EXERCISE INSTRUCTIONS –
Consider the listing below. Extract exactly the lines from the line containing "v 0.586 2.7 7.864" to the line containing "v 3.111 2.7 6.865", both included.

ENTRIES PROVIDED –
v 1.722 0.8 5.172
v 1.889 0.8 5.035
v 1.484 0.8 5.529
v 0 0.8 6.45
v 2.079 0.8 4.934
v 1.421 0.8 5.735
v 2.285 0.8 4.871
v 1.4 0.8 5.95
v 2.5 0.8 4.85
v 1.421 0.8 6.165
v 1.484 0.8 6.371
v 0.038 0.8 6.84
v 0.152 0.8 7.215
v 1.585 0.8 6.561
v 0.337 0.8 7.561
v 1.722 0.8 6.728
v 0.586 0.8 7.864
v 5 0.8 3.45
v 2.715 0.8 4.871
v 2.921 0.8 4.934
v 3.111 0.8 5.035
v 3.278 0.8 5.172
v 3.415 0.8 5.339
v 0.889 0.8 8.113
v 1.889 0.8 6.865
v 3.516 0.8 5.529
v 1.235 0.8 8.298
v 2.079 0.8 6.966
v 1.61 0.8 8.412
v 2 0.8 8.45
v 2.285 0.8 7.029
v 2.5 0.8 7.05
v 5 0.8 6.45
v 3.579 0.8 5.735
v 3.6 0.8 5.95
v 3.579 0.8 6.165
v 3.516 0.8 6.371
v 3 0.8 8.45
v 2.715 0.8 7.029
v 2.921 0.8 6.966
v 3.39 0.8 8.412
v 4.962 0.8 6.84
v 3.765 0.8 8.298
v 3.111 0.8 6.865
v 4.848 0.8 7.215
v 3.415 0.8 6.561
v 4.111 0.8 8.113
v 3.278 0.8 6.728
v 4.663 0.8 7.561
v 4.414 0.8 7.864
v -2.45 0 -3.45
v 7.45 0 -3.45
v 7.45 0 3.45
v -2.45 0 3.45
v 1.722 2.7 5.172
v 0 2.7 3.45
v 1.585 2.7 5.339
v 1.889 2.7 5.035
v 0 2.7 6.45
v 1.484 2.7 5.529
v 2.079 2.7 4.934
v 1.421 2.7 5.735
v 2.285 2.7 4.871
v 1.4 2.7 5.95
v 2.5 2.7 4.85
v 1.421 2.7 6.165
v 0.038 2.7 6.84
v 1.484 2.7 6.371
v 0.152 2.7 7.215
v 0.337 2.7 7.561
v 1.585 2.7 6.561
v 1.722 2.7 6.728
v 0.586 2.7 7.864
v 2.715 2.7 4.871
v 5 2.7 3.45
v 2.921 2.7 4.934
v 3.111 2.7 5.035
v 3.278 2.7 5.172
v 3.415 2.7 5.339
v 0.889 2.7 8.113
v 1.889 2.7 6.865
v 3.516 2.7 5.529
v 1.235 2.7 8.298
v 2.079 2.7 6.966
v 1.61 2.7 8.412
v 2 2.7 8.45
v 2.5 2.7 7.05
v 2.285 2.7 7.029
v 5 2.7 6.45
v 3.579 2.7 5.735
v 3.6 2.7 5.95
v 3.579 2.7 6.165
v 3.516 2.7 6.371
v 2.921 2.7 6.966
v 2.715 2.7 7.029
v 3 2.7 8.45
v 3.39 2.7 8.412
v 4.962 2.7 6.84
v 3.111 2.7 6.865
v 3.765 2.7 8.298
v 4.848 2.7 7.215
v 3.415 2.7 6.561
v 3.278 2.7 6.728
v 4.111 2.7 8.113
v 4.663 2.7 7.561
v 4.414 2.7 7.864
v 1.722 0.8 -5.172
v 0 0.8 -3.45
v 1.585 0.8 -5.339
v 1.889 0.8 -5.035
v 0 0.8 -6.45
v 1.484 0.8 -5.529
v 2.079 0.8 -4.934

* * *

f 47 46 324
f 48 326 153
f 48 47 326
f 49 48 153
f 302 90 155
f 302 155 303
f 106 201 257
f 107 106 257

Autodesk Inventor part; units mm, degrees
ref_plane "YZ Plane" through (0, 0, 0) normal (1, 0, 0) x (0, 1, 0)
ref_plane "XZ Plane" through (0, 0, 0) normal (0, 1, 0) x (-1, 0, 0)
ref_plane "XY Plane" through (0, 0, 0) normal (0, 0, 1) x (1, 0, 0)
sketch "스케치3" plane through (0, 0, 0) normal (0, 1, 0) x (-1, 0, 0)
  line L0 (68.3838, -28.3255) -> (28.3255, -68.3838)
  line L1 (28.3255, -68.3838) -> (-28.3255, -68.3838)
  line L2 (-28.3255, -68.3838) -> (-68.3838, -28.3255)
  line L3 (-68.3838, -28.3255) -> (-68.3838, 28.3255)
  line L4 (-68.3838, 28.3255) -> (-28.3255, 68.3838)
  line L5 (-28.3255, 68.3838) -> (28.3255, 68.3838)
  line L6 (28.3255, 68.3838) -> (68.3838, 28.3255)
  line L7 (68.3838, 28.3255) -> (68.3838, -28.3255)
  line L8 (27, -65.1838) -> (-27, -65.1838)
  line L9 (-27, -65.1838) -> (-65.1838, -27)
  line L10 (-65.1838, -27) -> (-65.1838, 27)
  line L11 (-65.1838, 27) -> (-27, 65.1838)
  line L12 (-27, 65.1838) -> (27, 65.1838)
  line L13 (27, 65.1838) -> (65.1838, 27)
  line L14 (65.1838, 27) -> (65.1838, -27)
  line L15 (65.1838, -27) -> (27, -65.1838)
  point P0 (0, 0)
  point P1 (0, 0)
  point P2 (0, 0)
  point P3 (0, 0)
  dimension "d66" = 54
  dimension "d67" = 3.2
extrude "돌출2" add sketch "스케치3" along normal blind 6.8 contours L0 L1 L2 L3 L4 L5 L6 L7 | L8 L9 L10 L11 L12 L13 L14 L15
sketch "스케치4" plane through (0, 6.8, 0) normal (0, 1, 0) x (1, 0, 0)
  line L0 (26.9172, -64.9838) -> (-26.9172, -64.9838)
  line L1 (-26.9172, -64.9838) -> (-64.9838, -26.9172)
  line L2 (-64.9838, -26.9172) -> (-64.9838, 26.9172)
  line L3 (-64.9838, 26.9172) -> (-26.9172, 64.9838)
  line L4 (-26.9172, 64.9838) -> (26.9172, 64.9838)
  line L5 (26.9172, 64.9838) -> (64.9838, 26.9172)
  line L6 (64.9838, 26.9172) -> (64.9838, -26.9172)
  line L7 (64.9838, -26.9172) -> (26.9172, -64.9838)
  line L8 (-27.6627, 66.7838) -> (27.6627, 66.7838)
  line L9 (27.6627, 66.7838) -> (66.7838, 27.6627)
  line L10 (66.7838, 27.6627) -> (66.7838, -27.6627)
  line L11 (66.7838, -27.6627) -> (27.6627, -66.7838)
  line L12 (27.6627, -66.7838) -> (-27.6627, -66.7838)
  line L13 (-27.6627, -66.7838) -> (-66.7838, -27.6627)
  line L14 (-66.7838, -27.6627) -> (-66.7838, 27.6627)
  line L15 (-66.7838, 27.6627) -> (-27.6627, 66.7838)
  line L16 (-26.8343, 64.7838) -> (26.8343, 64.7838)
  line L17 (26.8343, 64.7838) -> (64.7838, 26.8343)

---

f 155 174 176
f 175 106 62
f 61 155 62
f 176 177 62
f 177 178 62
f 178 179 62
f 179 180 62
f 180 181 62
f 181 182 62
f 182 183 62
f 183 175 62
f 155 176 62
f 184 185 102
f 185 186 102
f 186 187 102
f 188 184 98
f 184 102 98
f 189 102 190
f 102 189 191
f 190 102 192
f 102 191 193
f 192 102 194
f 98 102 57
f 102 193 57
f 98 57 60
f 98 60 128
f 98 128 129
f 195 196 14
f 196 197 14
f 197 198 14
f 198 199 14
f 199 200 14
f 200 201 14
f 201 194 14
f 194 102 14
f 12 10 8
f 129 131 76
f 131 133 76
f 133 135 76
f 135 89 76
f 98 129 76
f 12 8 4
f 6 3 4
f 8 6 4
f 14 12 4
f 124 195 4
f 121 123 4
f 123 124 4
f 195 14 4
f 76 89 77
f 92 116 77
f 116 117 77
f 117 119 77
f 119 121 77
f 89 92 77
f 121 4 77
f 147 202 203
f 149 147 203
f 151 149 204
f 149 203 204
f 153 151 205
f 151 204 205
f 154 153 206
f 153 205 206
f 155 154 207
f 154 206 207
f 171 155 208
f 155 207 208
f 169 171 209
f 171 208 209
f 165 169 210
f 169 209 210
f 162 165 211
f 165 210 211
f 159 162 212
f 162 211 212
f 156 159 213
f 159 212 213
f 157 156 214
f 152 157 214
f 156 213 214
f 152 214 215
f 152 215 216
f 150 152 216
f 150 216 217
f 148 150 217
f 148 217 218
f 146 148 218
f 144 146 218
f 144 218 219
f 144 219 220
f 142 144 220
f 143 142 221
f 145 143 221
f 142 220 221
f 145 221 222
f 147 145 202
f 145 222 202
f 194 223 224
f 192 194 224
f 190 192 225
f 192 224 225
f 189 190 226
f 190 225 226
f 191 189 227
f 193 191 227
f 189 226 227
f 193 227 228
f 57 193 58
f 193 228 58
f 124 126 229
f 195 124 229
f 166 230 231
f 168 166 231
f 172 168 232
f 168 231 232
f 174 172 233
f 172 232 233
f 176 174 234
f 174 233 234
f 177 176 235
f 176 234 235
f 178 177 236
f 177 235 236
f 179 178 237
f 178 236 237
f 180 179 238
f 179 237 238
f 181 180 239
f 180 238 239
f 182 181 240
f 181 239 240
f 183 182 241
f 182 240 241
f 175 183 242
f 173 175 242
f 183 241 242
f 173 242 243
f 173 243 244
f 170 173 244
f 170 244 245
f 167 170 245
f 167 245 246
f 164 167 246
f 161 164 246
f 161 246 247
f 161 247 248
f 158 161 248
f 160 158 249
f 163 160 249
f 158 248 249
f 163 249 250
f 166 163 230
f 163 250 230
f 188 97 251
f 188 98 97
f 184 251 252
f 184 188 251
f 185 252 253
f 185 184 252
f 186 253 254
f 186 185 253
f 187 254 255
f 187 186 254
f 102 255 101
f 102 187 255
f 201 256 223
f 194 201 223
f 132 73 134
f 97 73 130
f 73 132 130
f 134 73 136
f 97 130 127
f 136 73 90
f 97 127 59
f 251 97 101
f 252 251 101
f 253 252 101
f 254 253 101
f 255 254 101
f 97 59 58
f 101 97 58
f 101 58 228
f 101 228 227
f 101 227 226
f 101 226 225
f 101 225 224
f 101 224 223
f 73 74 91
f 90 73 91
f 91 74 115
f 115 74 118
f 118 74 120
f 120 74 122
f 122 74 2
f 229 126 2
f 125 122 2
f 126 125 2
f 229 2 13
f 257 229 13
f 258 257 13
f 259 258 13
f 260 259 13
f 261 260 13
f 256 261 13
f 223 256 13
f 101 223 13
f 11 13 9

RESULT OF THE TASK –
v 0.586 2.7 7.864
v 2.715 2.7 4.871
v 5 2.7 3.45
v 2.921 2.7 4.934
v 3.111 2.7 5.035
v 3.278 2.7 5.172
v 3.415 2.7 5.339
v 0.889 2.7 8.113
v 1.889 2.7 6.865
v 3.516 2.7 5.529
v 1.235 2.7 8.298
v 2.079 2.7 6.966
v 1.61 2.7 8.412
v 2 2.7 8.45
v 2.5 2.7 7.05
v 2.285 2.7 7.029
v 5 2.7 6.45
v 3.579 2.7 5.735
v 3.6 2.7 5.95
v 3.579 2.7 6.165
v 3.516 2.7 6.371
v 2.921 2.7 6.966
v 2.715 2.7 7.029
v 3 2.7 8.45
v 3.39 2.7 8.412
v 4.962 2.7 6.84
v 3.111 2.7 6.865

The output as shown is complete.